# Adding a second furbaby to the family



## Lucky'smom (Aug 24, 2009)

My hubbie and I are owned by a 1-year-old male maltipoo...pls don't slam me about owning a designer dog, it's a long story. Lucky is energetic, playful, well-adjusted and well-socialized, and fearless. We've had no issues and feel blessed to have him in our lives. However, we don't have kids and both of us work. We absolutely adore Lucky and love spending time with him but I think he would benefit from a brother or sister because he's so socially-oriented. Our vet recommends waiting until Lucky is 18 months, choosing a breed that gets along well with other dogs (we want a Maltese) and getting a female. Sooooooo, for those of you with multiples, can you offer any advice or share your experiences?


----------



## The A Team (Dec 1, 2005)

I started out with Archie. I actually got him because...Lacie, my bichon, was getting old and I wanted to have a new pup for when the inevitable happened. But a year later I added Abbey, she was such a tiny fun little maltese....she was a daddy's girl for sure!!! Lacie was 12 when I started with the maltese....she passed away when she was just about 15.

Then a year later (from Abbey) for some unknown reason I ended up adopting a rescue yorkie. Tinker was rescued as an adult from a puppy mill in Arkansas. I'm still not sure how this all happened....but Tink has been here for three years now and is a very happy little knucklehead. He'll always have issues...but he's ok. :tender: I love him.

A few years after that I wanted to do it right by getting a pup from a successful show dog breeder. I chose Bonnie Palmer and I got a Bonnie's Angel. A few weeks later we had a terrible accident and the pup died. The saddest day of my life so far. A few months later I went back to Florida and came back with the most gorgeous tiny little 6 month old pup from Bonnie Palmer that i've ever seen in my life. Her name is Ava, and now I even show her. She's perfect and she's one of the pack. Life is good.

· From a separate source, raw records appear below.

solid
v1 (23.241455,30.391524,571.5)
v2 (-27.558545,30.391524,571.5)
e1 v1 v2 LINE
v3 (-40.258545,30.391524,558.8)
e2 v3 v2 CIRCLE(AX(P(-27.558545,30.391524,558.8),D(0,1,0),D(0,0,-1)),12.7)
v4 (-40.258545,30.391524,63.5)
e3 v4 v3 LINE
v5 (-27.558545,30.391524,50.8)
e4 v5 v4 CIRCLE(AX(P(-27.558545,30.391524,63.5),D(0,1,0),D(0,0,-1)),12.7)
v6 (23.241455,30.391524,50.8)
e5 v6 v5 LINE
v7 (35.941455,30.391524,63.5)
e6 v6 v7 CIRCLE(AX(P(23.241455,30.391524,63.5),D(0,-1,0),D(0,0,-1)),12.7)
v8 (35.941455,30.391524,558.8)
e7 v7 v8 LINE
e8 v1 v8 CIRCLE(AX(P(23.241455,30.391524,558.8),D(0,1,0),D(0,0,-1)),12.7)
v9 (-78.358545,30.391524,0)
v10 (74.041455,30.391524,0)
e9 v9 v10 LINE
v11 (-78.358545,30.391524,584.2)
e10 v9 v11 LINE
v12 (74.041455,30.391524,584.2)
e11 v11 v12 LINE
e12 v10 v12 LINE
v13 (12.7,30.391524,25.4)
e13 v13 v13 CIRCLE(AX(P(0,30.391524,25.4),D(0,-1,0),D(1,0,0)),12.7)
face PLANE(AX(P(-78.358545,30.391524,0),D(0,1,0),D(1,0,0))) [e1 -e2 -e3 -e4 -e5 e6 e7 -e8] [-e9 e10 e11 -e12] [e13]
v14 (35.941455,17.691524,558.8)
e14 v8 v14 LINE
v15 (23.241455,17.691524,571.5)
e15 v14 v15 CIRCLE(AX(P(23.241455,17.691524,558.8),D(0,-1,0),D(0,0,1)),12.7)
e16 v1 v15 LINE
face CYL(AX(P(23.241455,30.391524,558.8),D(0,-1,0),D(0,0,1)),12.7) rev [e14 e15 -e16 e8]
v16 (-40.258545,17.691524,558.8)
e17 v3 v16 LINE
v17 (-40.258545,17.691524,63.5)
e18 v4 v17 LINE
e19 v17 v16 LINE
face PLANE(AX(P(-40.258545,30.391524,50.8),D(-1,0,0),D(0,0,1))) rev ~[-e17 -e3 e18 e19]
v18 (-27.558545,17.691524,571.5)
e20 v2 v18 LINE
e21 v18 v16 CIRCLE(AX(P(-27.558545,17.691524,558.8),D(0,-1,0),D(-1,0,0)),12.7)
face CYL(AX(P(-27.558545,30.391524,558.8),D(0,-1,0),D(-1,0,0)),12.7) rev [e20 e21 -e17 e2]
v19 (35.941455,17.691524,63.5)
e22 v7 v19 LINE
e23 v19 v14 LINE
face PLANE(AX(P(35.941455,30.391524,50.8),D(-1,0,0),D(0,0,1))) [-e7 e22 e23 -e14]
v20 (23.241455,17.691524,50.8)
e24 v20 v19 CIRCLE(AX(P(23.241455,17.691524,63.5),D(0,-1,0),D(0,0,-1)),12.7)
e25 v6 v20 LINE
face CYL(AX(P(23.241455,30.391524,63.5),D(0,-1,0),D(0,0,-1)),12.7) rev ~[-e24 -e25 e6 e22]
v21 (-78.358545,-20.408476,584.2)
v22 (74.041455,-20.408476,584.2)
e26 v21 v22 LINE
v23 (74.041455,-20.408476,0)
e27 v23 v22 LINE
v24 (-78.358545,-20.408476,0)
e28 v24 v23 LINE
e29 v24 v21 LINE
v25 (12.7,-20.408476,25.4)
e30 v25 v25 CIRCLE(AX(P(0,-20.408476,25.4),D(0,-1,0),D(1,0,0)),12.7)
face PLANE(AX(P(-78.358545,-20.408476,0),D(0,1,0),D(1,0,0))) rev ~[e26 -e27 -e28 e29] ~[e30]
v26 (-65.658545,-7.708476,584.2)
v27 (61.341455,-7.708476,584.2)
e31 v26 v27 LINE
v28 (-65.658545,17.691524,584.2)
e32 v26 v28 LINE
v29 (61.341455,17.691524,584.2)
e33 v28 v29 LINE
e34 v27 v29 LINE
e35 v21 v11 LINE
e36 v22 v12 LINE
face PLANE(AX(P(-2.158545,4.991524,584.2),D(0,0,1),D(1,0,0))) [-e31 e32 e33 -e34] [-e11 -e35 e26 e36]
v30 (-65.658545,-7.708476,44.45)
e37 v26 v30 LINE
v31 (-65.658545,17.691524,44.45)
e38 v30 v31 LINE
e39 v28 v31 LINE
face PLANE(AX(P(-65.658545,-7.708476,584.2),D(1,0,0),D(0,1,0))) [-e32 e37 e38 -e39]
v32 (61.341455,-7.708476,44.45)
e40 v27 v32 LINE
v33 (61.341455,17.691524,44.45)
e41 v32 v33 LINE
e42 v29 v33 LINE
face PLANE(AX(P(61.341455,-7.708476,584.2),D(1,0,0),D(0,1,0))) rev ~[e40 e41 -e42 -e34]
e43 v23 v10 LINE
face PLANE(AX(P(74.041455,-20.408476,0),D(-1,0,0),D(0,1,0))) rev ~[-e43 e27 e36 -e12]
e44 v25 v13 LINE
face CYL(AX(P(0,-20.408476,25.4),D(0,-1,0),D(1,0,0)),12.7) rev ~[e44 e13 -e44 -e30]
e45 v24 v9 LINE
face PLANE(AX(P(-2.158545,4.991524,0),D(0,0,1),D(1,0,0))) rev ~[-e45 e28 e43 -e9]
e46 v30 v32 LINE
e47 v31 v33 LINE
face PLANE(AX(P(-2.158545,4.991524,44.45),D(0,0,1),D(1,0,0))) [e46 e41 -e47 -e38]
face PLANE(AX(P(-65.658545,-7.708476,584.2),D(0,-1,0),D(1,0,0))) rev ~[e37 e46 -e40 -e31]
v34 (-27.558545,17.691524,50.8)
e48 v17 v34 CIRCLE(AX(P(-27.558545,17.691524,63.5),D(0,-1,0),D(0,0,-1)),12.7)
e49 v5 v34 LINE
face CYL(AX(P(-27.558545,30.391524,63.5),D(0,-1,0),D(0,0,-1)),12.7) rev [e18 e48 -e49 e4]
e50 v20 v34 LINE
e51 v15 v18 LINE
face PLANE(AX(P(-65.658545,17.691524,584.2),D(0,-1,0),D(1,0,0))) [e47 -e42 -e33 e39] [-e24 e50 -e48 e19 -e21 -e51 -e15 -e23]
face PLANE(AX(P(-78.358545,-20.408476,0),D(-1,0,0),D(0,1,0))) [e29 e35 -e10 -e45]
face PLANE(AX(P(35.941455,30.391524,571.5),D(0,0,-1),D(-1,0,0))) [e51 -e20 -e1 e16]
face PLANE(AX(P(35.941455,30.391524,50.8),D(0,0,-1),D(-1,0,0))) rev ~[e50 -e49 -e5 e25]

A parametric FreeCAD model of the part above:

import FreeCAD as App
import Part
import Sketcher
Q = App.Units.Quantity


def edges_at(feature, points):
    """Names of the edges that pass closest to the given points."""
    edges = feature.Shape.Edges
    near = lambda p: min(range(len(edges)), key=lambda i: edges[i].distToShape(Part.Vertex(*p))[0])
    return sorted({f"Edge{near(p) + 1}" for p in points})


def add_polygon(sketch, points):
    """Adds a closed chain of lines whose ends are joined by coincident constraints."""
    first, n = sketch.GeometryCount, len(points)
    for a, b in zip(points, points[1:] + points[:1]):
        sketch.addGeometry(Part.LineSegment(App.Vector(*a, 0), App.Vector(*b, 0)), False)
    for i in range(n):
        sketch.addConstraint(Sketcher.Constraint("Coincident", first + i, 2, first + (i + 1) % n, 1))

doc = App.newDocument("Part")
params = doc.addObject("Spreadsheet::Sheet", "Params")
for row, (alias, value) in enumerate([
    ("sketch1_width", "6 in"),
    ("sketch1_height", "2 in"),
    ("pad1_length", "23 in"),
    ("sketch2_diameter", "1 in"),
    ("sketch3_width", "3 in"),
    ("sketch3_height", "20.5 in"),
    ("pocket2_length", "1 in"),
    ("fillet_radius", "0.5 in"),
    ("sketch4_width", "5 in"),
    ("sketch4_height", "1 in"),
    ("pocket3_length", "21.25 in"),
], start=1):
    params.set(f"A{row}", alias)
    params.set(f"B{row}", "=" + value)
    params.setAlias(f"B{row}", alias)

body = doc.addObject("PartDesign::Body", "Body")

sketch1 = body.newObject("Sketcher::SketchObject", "Sketch")
sketch1.AttachmentSupport = (doc.getObject("XY_Plane"), [""])
sketch1.MapMode = "FlatFace"
add_polygon(sketch1, [(-78, 30), (-78, -20), (74, -20), (74, 30)])
sketch1.addConstraint(Sketcher.Constraint("Vertical", 0))
sketch1.addConstraint(Sketcher.Constraint("Horizontal", 1))
sketch1.addConstraint(Sketcher.Constraint("Vertical", 2))
sketch1.addConstraint(Sketcher.Constraint("Horizontal", 3))
sketch1.addConstraint(Sketcher.Constraint("DistanceX", 1, 1, 1, 2, Q("6 in")))
sketch1.addConstraint(Sketcher.Constraint("DistanceY", 0, 2, 0, 1, Q("2 in")))
sketch1.addConstraint(Sketcher.Constraint("DistanceX", 0, 2, -1, 1, 78.358545))
sketch1.addConstraint(Sketcher.Constraint("DistanceY", 0, 2, -1, 1, 20.408476))
sketch1.setExpression("Constraints[8]", "Params.sketch1_width")
sketch1.setExpression("Constraints[9]", "Params.sketch1_height")
pad1 = body.newObject("PartDesign::Pad", "Pad")
pad1.Profile = sketch1
pad1.setExpression("Length", "Params.pad1_length")

sketch2 = body.newObject("Sketcher::SketchObject", "Sketch001")
sketch2.AttachmentSupport = (doc.getObject("XZ_Plane"), [""])
sketch2.MapMode = "FlatFace"
sketch2.AttachmentOffset = App.Placement(App.Vector(0, 0, 20.408476), App.Rotation())
sketch2.addGeometry(Part.Circle(App.Vector(0, 25, 0), App.Vector(0, 0, 1), 13), False)
sketch2.addConstraint(Sketcher.Constraint("PointOnObject", 0, 3, -2))
sketch2.addConstraint(Sketcher.Constraint("Diameter", 0, Q("1 in")))
sketch2.addConstraint(Sketcher.Constraint("DistanceY", -1, 1, 0, 3, Q("1 in")))
sketch2.setExpression("Constraints[1]", "Params.sketch2_diameter")
pocket1 = body.newObject("PartDesign::Pocket", "Pocket")
pocket1.Profile = sketch2
pocket1.Type = "ThroughAll"

sketch3 = body.newObject("Sketcher::SketchObject", "Sketch002")
sketch3.AttachmentSupport = (doc.getObject("XZ_Plane"), [""])
sketch3.MapMode = "FlatFace"
sketch3.AttachmentOffset = App.Placement(App.Vector(0, 0, -30.391524), App.Rotation())
add_polygon(sketch3, [(36, 572), (36, 51), (-40, 51), (-40, 572)])
sketch3.addConstraint(Sketcher.Constraint("Vertical", 0))
sketch3.addConstraint(Sketcher.Constraint("Horizontal", 1))
sketch3.addConstraint(Sketcher.Constraint("Vertical", 2))
sketch3.addConstraint(Sketcher.Constraint("Horizontal", 3))
sketch3.addConstraint(Sketcher.Constraint("DistanceX", 1, 2, 1, 1, Q("3 in")))
sketch3.addConstraint(Sketcher.Constraint("DistanceY", 0, 2, 0, 1, Q("20.5 in")))
sketch3.addConstraint(Sketcher.Constraint("DistanceY", -1, 1, 0, 2, Q("2 in")))
sketch3.addConstraint(Sketcher.Constraint("DistanceX", -1, 1, 0, 2, 35.941455))
sketch3.setExpression("Constraints[8]", "Params.sketch3_width")
sketch3.setExpression("Constraints[9]", "Params.sketch3_height")
pocket2 = body.newObject("PartDesign::Pocket", "Pocket001")
pocket2.Profile = sketch3
pocket2.setExpression("Length", "Params.pocket2_length")
pocket2.Reversed = True
doc.recompute()

fillet = body.newObject("PartDesign::Fillet", "Fillet")
fillet.Base = (pocket2, edges_at(pocket2, [
    (35.941, 17.692, 50.8),
    (-40.259, 17.692, 50.8),
    (-40.259, 17.692, 571.5),
    (35.941, 17.692, 571.5),
]))
fillet.setExpression("Radius", "Params.fillet_radius")

sketch4 = body.newObject("Sketcher::SketchObject", "Sketch003")
sketch4.AttachmentSupport = (doc.getObject("XY_Plane"), [""])
sketch4.MapMode = "FlatFace"
sketch4.AttachmentOffset = App.Placement(App.Vector(0, 0, 23 * 25.4), App.Rotation())
add_polygon(sketch4, [(-66, 18), (-66, -8), (61, -8), (61, 18)])
sketch4.addConstraint(Sketcher.Constraint("Vertical", 0))
sketch4.addConstraint(Sketcher.Constraint("Horizontal", 1))
sketch4.addConstraint(Sketcher.Constraint("Vertical", 2))
sketch4.addConstraint(Sketcher.Constraint("Horizontal", 3))
sketch4.addConstraint(Sketcher.Constraint("DistanceX", 1, 1, 1, 2, Q("5 in")))
sketch4.addConstraint(Sketcher.Constraint("DistanceY", 0, 2, 0, 1, Q("1 in")))
sketch4.addConstraint(Sketcher.Constraint("DistanceX", 0, 2, -1, 1, 65.658545))
sketch4.addConstraint(Sketcher.Constraint("DistanceY", 0, 2, -1, 1, 7.708476))
sketch4.setExpression("Constraints[8]", "Params.sketch4_width")
sketch4.setExpression("Constraints[9]", "Params.sketch4_height")
pocket3 = body.newObject("PartDesign::Pocket", "Pocket002")
pocket3.Profile = sketch4
pocket3.setExpression("Length", "Params.pocket3_length")

doc.recompute()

Dogs are wonderful. They can lift your spirits no matter how upset you may be. I love having multiple pups, even though the vet bills seem pretty darn high once in a while. I know of another sweet baby I'd love to have....but I'm not hearing much acceptance from the husband....


----------



## drclee (Jul 16, 2008)

I got Jack & Jill together - they were littermates, so I don't have much advice about adding a new pup, but I must say that I think most dogs benefit from having a playmate throughout the day. I strongly encourage you to get Lucky a sibling!


----------



## LJSquishy (Feb 27, 2008)

We got Preston when London was just over 1yr old and it was the perfect time for us (and her). We got a female (London) only because I desperately wanted a little girl to put in cute dresses & bows, but it turned out that she hates clothes (although sometimes I make her wear them) and never learned to leave her topknot alone...so it got chopped off. When we decided to add a 2nd baby, I preferred a male because our previous Maltese (Benson, who passed away due to a liver shunt before London was in our lives) was the sweetest boy ever. It turns out that Preston is JUST like Benson personality-wise.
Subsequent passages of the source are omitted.